The Metaverse will require countless new technologies, protocols, companies, innovations, and discoveries to work. And it won’t directly come into existence; there will be no clean “Before Metaverse” and “After Metaverse”. Instead, it will slowly emerge over time as different products, services, and capabilities integrate and meld together. However, it’s helpful to think of three core elements that need to come into place.

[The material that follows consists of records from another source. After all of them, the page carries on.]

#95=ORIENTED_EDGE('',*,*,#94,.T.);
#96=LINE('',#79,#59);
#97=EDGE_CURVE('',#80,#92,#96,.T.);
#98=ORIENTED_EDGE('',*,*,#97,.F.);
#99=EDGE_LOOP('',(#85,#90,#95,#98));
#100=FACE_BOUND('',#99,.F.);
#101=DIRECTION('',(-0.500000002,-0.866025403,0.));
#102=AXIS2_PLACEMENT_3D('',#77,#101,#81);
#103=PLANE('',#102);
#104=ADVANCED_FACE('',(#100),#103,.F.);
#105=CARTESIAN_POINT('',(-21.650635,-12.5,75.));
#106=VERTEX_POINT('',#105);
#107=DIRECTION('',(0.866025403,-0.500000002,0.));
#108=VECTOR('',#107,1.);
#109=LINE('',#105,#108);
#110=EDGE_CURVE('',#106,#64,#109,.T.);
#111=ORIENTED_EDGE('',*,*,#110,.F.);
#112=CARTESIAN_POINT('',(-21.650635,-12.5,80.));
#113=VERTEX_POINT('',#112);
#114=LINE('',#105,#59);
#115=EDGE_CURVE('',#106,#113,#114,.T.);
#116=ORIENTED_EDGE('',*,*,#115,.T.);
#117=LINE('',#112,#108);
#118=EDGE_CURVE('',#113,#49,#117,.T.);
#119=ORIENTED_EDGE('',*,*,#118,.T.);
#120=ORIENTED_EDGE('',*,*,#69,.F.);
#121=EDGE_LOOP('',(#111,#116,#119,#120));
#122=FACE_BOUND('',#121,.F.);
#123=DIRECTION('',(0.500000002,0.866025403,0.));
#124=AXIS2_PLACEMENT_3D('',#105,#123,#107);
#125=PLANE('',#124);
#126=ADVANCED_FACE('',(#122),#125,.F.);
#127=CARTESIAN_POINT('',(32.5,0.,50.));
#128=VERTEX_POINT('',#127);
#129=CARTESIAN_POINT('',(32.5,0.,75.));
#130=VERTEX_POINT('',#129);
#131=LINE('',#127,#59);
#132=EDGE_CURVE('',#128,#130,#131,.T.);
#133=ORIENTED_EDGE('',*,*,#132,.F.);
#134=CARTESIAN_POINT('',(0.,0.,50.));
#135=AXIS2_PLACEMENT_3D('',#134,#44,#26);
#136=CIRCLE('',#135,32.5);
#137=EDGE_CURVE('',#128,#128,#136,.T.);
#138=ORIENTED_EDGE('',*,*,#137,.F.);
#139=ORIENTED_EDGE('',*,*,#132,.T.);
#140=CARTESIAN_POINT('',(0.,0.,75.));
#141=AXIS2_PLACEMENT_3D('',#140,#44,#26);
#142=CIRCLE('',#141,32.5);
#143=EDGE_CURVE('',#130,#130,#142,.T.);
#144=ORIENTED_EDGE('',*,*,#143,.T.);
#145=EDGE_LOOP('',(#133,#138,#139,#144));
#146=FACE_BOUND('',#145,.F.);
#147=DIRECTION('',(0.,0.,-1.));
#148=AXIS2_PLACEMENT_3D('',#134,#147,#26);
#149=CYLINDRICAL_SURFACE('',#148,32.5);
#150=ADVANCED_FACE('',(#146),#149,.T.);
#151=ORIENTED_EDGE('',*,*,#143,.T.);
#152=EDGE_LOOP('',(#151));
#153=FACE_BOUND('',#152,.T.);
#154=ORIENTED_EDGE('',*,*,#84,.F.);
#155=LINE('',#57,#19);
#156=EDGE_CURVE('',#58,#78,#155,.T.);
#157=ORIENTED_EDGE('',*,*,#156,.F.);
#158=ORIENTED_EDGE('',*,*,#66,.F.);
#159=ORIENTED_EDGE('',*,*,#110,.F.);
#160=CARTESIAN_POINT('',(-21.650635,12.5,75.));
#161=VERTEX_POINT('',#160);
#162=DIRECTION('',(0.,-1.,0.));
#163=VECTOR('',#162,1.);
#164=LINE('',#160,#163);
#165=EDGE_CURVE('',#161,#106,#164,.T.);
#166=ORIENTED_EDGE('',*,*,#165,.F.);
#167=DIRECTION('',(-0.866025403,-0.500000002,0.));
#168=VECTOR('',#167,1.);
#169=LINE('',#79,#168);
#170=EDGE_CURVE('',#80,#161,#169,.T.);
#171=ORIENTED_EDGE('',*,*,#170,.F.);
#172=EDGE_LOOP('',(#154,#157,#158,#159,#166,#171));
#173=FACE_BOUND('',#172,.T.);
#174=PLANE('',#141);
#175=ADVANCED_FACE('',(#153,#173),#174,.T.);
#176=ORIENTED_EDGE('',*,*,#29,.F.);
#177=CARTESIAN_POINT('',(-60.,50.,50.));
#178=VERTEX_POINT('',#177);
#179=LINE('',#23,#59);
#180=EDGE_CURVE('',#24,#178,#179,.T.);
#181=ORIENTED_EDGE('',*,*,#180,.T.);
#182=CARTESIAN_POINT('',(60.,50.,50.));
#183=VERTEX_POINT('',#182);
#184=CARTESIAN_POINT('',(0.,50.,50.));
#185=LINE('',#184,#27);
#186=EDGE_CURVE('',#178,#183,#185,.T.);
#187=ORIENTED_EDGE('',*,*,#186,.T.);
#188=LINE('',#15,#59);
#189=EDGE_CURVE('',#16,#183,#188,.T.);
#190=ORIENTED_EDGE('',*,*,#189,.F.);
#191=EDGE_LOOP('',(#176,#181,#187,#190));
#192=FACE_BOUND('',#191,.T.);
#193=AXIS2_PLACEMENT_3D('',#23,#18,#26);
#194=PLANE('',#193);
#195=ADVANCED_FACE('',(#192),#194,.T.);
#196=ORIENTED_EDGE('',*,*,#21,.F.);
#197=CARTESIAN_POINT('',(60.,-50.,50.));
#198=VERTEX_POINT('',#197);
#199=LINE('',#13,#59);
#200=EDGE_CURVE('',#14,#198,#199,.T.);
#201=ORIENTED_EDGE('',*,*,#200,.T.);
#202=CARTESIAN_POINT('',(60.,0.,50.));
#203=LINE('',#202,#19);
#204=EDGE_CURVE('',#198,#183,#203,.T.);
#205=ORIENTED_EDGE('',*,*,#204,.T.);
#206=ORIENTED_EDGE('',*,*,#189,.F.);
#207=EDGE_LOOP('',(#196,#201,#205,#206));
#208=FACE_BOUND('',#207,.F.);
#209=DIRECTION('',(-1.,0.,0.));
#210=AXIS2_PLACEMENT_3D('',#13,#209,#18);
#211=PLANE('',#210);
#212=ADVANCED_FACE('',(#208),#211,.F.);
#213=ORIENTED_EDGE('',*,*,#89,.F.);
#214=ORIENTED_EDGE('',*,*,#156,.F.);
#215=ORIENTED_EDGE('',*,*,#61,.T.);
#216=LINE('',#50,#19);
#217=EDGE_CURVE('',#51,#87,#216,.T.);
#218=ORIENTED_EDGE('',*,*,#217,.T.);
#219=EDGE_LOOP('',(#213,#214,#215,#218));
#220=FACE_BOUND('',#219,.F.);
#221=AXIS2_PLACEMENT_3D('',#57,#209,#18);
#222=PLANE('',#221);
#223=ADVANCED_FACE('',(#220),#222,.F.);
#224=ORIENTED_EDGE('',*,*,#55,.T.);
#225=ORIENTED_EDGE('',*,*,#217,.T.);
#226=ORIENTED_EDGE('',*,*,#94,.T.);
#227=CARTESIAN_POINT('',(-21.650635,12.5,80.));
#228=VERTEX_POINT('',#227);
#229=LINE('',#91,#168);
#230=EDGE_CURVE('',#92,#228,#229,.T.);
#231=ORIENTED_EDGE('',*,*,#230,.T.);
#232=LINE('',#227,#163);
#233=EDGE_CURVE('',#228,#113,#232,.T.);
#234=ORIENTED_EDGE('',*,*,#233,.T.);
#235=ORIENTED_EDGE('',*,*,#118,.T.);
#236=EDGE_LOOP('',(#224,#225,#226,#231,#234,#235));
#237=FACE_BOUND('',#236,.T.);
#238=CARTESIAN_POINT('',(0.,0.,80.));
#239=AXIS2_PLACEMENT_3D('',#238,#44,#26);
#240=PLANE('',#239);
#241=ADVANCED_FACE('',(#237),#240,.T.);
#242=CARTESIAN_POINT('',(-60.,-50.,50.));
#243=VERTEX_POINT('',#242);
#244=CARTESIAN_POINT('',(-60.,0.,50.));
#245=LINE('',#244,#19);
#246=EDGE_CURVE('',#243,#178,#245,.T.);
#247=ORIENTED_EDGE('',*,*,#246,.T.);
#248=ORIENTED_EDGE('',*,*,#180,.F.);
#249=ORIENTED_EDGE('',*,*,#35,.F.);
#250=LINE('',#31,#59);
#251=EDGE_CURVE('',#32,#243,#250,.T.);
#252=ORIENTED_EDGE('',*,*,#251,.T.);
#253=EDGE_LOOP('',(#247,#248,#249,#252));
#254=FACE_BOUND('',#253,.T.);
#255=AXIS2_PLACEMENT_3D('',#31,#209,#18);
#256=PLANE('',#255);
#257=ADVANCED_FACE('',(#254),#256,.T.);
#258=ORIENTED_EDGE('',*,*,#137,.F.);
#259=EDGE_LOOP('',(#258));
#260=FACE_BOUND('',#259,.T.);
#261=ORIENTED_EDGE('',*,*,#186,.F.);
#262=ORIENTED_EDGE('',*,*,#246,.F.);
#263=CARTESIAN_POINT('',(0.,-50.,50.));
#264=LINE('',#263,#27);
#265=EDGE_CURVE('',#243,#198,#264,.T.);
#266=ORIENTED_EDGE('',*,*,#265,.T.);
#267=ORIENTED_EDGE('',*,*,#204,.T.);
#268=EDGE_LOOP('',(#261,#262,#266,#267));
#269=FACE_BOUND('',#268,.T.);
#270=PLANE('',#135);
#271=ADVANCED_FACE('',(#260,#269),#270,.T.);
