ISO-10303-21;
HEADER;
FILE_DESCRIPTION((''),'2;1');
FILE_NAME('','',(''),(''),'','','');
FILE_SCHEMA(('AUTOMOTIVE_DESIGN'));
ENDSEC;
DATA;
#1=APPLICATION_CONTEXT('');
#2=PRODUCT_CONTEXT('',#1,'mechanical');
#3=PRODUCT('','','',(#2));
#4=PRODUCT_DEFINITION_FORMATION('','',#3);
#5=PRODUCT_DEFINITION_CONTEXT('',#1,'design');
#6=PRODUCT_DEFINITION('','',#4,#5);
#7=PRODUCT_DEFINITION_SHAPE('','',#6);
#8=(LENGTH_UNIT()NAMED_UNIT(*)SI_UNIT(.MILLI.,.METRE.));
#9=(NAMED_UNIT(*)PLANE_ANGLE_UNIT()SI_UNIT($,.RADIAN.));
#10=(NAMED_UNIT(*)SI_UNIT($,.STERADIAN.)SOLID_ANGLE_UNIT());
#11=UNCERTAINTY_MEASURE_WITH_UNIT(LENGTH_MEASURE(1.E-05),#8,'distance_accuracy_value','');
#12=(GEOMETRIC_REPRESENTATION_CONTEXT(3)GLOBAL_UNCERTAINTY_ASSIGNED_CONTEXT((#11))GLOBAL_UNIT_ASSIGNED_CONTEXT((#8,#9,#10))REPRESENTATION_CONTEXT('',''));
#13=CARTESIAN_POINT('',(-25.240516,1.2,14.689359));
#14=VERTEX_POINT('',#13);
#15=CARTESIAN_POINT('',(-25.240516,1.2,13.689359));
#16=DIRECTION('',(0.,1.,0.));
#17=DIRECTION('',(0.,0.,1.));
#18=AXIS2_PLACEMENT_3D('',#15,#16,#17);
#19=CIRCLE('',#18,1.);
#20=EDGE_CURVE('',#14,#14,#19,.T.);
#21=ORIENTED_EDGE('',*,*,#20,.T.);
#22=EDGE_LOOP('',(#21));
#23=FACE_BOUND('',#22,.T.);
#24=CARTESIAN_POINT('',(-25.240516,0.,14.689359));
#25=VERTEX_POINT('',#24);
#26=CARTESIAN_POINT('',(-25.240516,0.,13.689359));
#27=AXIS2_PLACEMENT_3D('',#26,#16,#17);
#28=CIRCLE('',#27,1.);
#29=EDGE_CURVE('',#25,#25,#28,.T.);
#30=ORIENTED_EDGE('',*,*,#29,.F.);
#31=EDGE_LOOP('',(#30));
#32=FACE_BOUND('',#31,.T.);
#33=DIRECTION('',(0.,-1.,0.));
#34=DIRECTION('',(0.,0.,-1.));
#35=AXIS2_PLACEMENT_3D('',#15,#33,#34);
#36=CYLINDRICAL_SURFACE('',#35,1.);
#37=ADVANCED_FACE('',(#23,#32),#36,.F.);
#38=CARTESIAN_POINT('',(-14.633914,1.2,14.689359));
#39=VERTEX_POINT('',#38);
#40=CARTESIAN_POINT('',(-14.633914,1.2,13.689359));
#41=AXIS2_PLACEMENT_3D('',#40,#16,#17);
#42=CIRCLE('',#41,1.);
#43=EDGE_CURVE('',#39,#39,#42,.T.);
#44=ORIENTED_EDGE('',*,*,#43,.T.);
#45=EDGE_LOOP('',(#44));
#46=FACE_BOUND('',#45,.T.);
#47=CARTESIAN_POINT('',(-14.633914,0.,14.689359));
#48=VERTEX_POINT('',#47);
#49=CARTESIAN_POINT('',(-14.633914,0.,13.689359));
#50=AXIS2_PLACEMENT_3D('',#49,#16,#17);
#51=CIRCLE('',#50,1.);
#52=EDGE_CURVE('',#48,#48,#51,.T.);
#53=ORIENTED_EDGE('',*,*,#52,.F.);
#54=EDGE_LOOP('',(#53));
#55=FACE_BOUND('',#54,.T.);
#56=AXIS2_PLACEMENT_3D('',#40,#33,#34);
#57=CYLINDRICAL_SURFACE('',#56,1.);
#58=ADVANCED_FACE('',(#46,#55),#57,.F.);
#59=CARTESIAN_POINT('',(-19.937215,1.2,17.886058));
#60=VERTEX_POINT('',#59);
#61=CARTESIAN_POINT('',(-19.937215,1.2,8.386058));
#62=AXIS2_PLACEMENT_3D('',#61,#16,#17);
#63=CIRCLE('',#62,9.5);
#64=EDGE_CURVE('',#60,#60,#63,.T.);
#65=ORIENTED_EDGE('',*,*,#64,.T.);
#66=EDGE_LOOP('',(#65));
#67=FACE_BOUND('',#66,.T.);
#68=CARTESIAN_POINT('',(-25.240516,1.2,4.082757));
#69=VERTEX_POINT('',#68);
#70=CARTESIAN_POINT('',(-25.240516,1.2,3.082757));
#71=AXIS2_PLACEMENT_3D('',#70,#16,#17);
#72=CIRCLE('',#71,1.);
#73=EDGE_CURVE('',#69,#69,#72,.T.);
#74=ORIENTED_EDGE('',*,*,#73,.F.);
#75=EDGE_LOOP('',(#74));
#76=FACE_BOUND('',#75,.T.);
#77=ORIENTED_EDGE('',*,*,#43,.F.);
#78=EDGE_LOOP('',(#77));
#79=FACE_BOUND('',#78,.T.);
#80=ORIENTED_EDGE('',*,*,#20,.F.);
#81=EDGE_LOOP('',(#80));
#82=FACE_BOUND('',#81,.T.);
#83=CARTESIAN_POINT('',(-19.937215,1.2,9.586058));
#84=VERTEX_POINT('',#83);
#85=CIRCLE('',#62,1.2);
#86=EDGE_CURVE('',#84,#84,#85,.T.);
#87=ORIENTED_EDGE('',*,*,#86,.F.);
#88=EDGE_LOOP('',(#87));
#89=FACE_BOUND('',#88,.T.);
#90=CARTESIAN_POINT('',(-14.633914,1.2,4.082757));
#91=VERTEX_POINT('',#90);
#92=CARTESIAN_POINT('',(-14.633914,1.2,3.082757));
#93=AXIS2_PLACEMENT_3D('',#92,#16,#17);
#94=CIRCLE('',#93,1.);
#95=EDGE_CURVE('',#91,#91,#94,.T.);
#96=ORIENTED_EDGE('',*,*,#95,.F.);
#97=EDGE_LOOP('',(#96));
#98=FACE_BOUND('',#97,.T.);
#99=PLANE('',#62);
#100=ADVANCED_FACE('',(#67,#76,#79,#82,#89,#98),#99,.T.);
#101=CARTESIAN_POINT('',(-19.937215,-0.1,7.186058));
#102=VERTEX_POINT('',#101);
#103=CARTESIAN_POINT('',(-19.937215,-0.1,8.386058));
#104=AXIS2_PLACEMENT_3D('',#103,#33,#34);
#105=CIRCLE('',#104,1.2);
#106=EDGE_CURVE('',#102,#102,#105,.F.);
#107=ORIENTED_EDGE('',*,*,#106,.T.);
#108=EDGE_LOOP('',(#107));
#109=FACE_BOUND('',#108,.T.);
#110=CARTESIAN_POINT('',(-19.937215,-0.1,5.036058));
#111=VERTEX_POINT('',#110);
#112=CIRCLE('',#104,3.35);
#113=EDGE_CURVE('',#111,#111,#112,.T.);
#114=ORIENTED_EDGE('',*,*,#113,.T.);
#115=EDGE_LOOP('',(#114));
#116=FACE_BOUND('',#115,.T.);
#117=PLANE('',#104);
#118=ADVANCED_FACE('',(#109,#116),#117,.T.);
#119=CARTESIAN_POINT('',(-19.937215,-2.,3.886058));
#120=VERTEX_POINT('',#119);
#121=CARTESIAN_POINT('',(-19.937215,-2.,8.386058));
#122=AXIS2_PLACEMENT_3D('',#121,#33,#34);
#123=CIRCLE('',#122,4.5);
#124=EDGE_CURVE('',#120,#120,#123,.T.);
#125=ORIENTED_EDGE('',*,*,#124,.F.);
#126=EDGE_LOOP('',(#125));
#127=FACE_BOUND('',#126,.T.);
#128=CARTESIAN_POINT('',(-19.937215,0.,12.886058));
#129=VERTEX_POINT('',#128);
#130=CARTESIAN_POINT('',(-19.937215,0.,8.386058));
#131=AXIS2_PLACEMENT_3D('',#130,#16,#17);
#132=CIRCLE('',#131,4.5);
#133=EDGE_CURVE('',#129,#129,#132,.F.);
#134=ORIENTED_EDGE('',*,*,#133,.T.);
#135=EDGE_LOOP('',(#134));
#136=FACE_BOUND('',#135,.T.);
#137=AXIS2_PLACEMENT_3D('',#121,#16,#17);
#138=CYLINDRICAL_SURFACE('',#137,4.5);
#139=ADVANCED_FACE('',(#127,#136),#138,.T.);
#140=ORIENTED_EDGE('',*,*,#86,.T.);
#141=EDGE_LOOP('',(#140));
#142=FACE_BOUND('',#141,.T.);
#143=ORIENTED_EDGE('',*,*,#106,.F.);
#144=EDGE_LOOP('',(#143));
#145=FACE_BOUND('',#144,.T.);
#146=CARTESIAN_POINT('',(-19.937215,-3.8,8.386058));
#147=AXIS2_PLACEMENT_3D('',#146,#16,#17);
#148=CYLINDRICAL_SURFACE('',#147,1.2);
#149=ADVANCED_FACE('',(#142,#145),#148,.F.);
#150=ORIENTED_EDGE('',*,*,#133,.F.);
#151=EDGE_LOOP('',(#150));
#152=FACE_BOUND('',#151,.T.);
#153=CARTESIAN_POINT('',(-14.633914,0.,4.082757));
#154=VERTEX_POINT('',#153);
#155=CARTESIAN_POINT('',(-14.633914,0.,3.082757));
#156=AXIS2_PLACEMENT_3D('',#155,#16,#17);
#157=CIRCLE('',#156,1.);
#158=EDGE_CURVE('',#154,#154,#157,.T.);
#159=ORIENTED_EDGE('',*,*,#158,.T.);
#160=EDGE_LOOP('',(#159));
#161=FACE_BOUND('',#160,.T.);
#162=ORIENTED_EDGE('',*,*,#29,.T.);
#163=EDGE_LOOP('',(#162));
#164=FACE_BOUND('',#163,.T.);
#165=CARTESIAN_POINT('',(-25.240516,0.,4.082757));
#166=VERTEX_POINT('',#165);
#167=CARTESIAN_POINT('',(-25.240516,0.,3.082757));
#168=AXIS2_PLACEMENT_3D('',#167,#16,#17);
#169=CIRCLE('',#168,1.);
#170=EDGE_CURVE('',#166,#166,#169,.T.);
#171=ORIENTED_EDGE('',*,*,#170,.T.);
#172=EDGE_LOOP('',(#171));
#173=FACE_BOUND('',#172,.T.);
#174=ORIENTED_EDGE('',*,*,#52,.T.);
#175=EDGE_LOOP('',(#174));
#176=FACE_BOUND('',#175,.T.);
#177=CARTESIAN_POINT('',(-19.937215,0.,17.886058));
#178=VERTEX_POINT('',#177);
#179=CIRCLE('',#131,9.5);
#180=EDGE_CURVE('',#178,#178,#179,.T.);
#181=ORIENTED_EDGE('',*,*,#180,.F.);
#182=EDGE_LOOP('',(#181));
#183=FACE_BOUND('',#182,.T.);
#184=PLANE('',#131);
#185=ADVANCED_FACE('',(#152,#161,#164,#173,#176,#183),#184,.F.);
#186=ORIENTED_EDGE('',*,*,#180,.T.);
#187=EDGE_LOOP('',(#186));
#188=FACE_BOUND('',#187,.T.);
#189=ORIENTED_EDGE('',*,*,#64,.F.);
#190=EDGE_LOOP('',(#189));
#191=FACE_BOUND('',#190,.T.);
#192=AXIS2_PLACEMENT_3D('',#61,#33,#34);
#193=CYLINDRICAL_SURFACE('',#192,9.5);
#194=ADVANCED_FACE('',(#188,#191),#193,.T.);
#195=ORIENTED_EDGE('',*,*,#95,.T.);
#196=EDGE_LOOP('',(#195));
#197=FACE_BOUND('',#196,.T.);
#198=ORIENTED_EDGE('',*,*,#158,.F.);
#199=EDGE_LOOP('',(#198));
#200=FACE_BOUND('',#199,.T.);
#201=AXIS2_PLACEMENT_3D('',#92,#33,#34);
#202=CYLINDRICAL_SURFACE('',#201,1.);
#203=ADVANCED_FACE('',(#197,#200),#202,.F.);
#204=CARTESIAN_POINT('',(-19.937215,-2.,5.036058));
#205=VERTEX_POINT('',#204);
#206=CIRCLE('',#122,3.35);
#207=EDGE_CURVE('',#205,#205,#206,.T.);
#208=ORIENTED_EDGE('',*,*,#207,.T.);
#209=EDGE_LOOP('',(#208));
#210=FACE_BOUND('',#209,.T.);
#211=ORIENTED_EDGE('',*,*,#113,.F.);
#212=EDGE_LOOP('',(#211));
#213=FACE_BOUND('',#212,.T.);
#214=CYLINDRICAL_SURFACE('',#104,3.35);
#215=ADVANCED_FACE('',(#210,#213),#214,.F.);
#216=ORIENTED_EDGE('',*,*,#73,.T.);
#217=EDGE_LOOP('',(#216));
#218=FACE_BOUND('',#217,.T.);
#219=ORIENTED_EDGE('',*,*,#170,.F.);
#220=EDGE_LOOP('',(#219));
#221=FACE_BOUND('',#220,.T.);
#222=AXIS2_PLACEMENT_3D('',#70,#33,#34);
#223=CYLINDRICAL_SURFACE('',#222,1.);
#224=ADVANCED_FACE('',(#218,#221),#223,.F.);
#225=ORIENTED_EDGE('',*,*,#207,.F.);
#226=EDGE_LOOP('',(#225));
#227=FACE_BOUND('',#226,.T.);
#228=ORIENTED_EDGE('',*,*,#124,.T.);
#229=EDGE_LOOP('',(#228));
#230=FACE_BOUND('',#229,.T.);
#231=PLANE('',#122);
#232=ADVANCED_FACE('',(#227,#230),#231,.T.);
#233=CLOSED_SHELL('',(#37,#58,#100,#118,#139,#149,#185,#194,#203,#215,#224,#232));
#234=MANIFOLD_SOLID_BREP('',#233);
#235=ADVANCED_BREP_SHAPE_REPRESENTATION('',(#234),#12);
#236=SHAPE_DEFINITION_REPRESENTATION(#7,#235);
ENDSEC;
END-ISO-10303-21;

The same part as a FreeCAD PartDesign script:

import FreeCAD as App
import Part
import Sketcher

V = App.Vector
Q = App.Units.Quantity

doc = App.newDocument("Part")
body = doc.addObject("PartDesign::Body", "Body")

sketch1 = body.newObject("Sketcher::SketchObject", "Sketch")
sketch1.AttachmentSupport = (doc.getObject("XZ_Plane"), [""])
sketch1.MapMode = "FlatFace"
sketch1.addGeometry(Part.Circle(V(-19.937215, 8.386058, 0), V(0, 0, 1), 9.5), False)
sketch1.addGeometry(Part.Circle(V(-25.240516, 13.689359, 0), V(0, 0, 1), 1), False)
sketch1.addGeometry(Part.Circle(V(-14.633914, 13.689359, 0), V(0, 0, 1), 1), False)
sketch1.addGeometry(Part.Circle(V(-25.240516, 3.082757, 0), V(0, 0, 1), 1), False)
sketch1.addGeometry(Part.Circle(V(-14.633914, 3.082757, 0), V(0, 0, 1), 1), False)
sketch1.addConstraint(Sketcher.Constraint("Equal", 1, 2))
sketch1.addConstraint(Sketcher.Constraint("Equal", 2, 3))
sketch1.addConstraint(Sketcher.Constraint("Equal", 3, 4))
sketch1.addConstraint(Sketcher.Constraint("Horizontal", 1, 3, 2, 3))
sketch1.addConstraint(Sketcher.Constraint("Horizontal", 3, 3, 4, 3))
sketch1.addConstraint(Sketcher.Constraint("Vertical", 1, 3, 3, 3))
sketch1.addConstraint(Sketcher.Constraint("Vertical", 2, 3, 4, 3))
sketch1.addConstraint(Sketcher.Constraint("Diameter", 0, Q("19 mm")))
sketch1.addConstraint(Sketcher.Constraint("Diameter", 1, Q("2 mm")))
sketch1.addConstraint(Sketcher.Constraint("DistanceX", 1, 3, 0, 3, Q("5.303301 mm")))
sketch1.addConstraint(Sketcher.Constraint("DistanceY", 0, 3, 1, 3, Q("5.303301 mm")))
sketch1.addConstraint(Sketcher.Constraint("DistanceX", 0, 3, 2, 3, Q("5.303301 mm")))
sketch1.addConstraint(Sketcher.Constraint("DistanceY", 3, 3, 0, 3, Q("5.303301 mm")))
sketch1.addConstraint(Sketcher.Constraint("DistanceY", -1, 1, 0, 3, Q("8.386058 mm")))
sketch1.addConstraint(Sketcher.Constraint("DistanceX", 0, 3, -1, 1, Q("19.937215 mm")))
pad1 = body.newObject("PartDesign::Pad", "Pad")
pad1.Profile = sketch1
pad1.Length = 1.2
pad1.Reversed = True

sketch2 = body.newObject("Sketcher::SketchObject", "Sketch001")
sketch2.AttachmentSupport = (doc.getObject("XZ_Plane"), [""])
sketch2.MapMode = "FlatFace"
sketch2.addGeometry(Part.Circle(V(-19.937215, 8.386058, 0), V(0, 0, 1), 4.5), False)
sketch2.addConstraint(Sketcher.Constraint("Diameter", 0, Q("9 mm")))
sketch2.addConstraint(Sketcher.Constraint("DistanceY", -1, 1, 0, 3, Q("8.386058 mm")))
sketch2.addConstraint(Sketcher.Constraint("DistanceX", 0, 3, -1, 1, Q("19.937215 mm")))
pad2 = body.newObject("PartDesign::Pad", "Pad001")
pad2.Profile = sketch2
pad2.Length = 2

(One way I try to think about these three areas from a procedural perspective is via the Book of Genesis – first, one must create the underlying universe (“concurrency infrastructure”), then s/he must define its laws of physics and rules (“standards and protocols”), then s/he must fill it with life (“content”) that’s worthwhile, evolves, and iterates against selection pressures. God, in other words, doesn’t create and design the world as though it were a miniature model, but enables one to grow across a mostly blank tableau etc.)
Accordingly, when you access content from another user, you’re really just pulling the latest information that Facebook is giving you
At a foundational level, the technology simply does not yet exist for there to be hundreds, let alone millions of people participating in a shared, synchronous experience. Consider Fortnite’s 2019 Marshmello concert. An astounding 11MM people experienced the event in real time. However, they did not do so together. In truth, there were more than 100,000 instances of the Marshmello concert, all of which were slightly out of sync and capped at 100 players per instance. Epic can probably do more than this today, but not into several hundred, let alone millions.
Not only does the Metaverse require infrastructure that currently does not exist, the Internet was never designed for anything near this experience. After all, it was designed to share files from one computer to another. As a result, most of the Internet’s underlying systems are oriented around one server talking to one other server or an end-user device. This model continues today. There are billions of people on today’s Facebook, for example, but each user shares an individual connection with the Facebook server, not with any other user. The earliest form of pseudo-synchronous programs were text chats, but you’re still just pushing largely static data to a server and pulling the latest information from it when/where/how/as it’s needed. The Internet simply wasn’t designed for persistent (versus continuous) communication, let alone persistent communication that is synchronized in precise real time to countless others.